Top of Material supplied
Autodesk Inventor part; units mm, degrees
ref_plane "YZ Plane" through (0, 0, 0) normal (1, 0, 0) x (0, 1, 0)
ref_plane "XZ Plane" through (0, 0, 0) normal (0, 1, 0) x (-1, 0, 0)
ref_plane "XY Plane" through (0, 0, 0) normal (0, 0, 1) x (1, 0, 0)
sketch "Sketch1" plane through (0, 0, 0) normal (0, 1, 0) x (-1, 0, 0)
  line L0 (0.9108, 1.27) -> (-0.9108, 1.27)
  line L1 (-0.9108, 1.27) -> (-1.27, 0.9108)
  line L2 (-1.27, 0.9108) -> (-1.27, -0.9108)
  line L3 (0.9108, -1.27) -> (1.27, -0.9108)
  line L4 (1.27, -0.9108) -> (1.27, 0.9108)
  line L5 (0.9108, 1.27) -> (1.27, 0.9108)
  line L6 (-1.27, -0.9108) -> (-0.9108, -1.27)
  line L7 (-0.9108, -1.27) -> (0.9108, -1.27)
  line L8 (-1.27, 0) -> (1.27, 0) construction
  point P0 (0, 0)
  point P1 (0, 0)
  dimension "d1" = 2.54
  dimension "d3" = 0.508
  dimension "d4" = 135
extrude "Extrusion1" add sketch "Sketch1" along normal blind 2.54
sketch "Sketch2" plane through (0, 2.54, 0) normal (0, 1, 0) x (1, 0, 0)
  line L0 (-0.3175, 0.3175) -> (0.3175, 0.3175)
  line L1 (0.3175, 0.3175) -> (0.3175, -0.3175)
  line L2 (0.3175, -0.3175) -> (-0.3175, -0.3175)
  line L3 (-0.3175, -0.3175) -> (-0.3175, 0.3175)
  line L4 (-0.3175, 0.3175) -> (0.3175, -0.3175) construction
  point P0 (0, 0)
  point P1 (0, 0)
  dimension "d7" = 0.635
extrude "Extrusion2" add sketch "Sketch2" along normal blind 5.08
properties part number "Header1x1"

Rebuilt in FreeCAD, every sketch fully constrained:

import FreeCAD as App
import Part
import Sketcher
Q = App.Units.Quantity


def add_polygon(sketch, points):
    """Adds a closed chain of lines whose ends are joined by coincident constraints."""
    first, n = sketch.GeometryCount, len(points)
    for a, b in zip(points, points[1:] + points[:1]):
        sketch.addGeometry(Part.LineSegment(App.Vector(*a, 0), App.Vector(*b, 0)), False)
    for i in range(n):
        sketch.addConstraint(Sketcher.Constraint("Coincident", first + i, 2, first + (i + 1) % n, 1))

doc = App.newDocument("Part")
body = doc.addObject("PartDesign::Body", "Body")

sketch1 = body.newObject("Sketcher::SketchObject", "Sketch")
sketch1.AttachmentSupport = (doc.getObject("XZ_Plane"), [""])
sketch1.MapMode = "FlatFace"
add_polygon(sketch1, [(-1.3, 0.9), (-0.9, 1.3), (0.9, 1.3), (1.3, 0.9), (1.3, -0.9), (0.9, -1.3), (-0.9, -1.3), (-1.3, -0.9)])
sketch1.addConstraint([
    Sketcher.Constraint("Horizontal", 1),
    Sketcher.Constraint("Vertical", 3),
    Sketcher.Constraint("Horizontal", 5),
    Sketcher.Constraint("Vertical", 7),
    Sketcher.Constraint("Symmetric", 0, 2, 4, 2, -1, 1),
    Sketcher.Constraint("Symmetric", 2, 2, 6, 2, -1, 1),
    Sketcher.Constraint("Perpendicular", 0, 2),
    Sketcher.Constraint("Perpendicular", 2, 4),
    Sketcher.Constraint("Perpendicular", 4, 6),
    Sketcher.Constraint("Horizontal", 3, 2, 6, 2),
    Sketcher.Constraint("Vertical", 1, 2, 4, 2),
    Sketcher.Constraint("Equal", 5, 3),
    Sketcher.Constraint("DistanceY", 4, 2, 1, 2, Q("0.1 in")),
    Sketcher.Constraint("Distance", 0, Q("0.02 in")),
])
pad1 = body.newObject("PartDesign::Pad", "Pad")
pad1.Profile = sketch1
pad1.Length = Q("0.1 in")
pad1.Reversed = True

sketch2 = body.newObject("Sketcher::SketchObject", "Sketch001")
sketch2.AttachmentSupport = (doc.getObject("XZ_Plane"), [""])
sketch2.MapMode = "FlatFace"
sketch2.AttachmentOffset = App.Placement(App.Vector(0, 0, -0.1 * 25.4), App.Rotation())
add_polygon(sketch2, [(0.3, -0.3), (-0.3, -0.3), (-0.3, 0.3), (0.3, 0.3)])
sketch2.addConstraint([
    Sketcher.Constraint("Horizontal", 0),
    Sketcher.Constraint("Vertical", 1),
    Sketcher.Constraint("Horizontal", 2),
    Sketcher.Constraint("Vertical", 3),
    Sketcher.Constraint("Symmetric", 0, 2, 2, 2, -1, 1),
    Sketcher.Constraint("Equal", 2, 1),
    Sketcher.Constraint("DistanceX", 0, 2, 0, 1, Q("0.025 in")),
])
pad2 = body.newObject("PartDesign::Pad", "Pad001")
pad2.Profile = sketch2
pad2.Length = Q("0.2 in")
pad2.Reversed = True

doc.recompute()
Bottom of Material supplied
Top of Material supplied
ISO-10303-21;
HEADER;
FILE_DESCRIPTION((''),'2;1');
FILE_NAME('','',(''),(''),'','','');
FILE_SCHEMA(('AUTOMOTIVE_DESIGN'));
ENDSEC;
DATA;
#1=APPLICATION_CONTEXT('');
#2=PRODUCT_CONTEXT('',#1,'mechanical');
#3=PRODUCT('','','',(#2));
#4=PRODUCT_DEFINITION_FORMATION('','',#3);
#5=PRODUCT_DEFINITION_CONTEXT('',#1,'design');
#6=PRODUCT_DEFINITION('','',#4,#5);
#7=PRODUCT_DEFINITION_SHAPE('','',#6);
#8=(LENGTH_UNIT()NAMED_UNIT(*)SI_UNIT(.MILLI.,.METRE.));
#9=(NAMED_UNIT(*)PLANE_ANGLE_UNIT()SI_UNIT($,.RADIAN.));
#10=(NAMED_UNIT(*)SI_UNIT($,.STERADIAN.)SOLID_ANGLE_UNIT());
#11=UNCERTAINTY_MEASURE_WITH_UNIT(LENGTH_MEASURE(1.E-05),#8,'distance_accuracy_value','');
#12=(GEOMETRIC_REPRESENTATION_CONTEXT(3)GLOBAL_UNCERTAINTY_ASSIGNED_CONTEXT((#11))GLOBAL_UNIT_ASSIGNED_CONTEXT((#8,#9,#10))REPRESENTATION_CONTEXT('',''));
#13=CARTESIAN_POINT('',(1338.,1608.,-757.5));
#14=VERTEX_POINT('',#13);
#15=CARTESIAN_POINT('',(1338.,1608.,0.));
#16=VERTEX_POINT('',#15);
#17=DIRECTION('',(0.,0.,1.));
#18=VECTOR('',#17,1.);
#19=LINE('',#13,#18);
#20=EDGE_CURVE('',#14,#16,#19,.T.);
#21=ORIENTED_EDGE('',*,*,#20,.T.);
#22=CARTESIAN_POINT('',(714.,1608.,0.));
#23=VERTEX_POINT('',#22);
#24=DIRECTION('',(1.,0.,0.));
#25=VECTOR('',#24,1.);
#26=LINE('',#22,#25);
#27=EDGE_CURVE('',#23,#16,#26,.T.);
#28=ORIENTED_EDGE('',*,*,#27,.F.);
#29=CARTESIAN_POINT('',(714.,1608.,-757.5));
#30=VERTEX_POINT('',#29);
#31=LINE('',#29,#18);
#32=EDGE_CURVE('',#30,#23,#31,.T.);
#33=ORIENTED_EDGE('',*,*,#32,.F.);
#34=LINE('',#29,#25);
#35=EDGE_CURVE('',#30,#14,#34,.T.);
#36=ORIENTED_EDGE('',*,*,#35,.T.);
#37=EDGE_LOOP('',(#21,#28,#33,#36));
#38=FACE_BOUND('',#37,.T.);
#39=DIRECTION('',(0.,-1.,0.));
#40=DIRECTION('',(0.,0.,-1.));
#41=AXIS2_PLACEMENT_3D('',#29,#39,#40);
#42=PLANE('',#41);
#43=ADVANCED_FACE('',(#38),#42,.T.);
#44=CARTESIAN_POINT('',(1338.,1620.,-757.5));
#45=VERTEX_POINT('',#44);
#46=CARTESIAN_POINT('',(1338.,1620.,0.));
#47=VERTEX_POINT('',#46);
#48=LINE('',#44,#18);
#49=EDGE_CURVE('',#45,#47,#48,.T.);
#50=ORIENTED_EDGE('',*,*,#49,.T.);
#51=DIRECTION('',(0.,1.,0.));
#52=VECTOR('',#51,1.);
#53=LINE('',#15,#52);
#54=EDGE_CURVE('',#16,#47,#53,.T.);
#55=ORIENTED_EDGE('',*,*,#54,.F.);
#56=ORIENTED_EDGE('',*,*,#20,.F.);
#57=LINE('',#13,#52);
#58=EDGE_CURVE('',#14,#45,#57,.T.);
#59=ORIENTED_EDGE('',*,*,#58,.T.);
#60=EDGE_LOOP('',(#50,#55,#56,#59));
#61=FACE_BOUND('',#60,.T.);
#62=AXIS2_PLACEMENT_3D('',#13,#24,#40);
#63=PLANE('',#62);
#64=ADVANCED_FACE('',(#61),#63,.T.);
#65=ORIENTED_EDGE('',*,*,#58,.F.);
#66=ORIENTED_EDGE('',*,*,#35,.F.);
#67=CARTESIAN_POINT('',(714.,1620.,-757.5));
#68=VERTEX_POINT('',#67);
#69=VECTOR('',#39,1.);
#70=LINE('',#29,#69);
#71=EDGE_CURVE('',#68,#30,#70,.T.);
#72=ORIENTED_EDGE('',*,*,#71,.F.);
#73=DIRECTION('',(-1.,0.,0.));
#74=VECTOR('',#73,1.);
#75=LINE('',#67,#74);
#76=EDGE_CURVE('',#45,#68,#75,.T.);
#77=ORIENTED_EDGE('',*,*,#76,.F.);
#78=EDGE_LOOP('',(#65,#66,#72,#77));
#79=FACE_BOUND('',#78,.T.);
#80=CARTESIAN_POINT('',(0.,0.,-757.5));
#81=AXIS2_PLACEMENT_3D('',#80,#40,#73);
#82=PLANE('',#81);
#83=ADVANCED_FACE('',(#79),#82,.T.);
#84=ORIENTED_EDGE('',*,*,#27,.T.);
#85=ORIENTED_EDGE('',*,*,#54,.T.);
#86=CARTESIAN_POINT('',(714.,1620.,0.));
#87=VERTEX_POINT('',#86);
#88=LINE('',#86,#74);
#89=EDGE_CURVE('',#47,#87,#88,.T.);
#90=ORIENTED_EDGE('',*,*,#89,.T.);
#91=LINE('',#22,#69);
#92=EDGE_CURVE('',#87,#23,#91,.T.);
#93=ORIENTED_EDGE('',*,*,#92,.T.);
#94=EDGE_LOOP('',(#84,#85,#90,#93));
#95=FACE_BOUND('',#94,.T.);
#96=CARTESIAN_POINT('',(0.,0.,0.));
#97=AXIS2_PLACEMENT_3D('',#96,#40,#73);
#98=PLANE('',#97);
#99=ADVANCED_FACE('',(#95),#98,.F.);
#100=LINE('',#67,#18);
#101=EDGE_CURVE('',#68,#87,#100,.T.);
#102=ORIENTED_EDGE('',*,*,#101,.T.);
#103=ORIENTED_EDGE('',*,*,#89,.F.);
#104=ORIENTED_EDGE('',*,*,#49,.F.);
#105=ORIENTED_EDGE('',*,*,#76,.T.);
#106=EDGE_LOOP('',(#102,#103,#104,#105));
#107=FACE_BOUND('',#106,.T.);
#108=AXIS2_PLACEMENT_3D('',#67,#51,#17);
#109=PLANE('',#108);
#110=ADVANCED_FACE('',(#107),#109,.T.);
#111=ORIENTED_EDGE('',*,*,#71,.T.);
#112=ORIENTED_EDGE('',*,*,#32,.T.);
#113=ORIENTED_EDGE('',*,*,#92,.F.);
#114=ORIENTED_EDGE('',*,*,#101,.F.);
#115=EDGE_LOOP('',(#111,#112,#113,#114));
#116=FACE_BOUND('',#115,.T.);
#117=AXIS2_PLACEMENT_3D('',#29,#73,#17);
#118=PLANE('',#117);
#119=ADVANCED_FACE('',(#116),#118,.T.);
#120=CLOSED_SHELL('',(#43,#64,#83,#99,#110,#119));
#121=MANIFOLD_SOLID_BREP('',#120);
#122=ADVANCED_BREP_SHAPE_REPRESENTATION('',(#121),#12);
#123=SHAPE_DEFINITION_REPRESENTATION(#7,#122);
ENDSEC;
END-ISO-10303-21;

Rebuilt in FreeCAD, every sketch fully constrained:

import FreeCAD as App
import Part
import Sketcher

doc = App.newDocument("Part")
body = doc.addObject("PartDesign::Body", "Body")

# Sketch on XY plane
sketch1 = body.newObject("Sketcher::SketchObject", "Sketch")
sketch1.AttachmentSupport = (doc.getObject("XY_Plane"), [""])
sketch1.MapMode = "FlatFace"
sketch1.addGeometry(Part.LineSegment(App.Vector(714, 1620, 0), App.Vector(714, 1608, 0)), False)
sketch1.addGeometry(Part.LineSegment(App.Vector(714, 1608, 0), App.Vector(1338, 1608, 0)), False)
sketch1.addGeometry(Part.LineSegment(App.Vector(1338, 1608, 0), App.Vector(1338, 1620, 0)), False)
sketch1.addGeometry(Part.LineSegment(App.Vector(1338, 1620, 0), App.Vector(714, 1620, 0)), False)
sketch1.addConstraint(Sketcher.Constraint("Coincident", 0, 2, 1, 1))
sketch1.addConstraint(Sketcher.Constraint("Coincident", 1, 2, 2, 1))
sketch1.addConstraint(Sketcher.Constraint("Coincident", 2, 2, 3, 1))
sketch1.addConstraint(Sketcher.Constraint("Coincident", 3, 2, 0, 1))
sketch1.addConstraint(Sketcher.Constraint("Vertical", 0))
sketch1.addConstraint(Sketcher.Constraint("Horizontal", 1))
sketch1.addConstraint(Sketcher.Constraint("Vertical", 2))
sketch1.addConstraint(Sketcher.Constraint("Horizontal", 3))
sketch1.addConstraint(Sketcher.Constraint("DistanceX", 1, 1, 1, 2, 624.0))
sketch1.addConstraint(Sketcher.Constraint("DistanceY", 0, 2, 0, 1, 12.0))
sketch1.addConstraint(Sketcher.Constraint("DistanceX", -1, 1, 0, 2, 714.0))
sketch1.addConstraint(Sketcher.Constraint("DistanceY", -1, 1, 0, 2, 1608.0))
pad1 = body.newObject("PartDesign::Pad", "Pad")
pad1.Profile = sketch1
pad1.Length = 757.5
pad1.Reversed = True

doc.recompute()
Bottom of Material supplied
▶ Activity: Reproduce, character for character, only the lines of the preceding data that start at the line with "Autodesk Inventor part; units mm, degrees" and end at the line with "line L0 (0.9108, 1.27) -> (-0.9108, 1.27)", both included.

▶ Solution to this problem:
Autodesk Inventor part; units mm, degrees
ref_plane "YZ Plane" through (0, 0, 0) normal (1, 0, 0) x (0, 1, 0)
ref_plane "XZ Plane" through (0, 0, 0) normal (0, 1, 0) x (-1, 0, 0)
ref_plane "XY Plane" through (0, 0, 0) normal (0, 0, 1) x (1, 0, 0)
sketch "Sketch1" plane through (0, 0, 0) normal (0, 1, 0) x (-1, 0, 0)
  line L0 (0.9108, 1.27) -> (-0.9108, 1.27)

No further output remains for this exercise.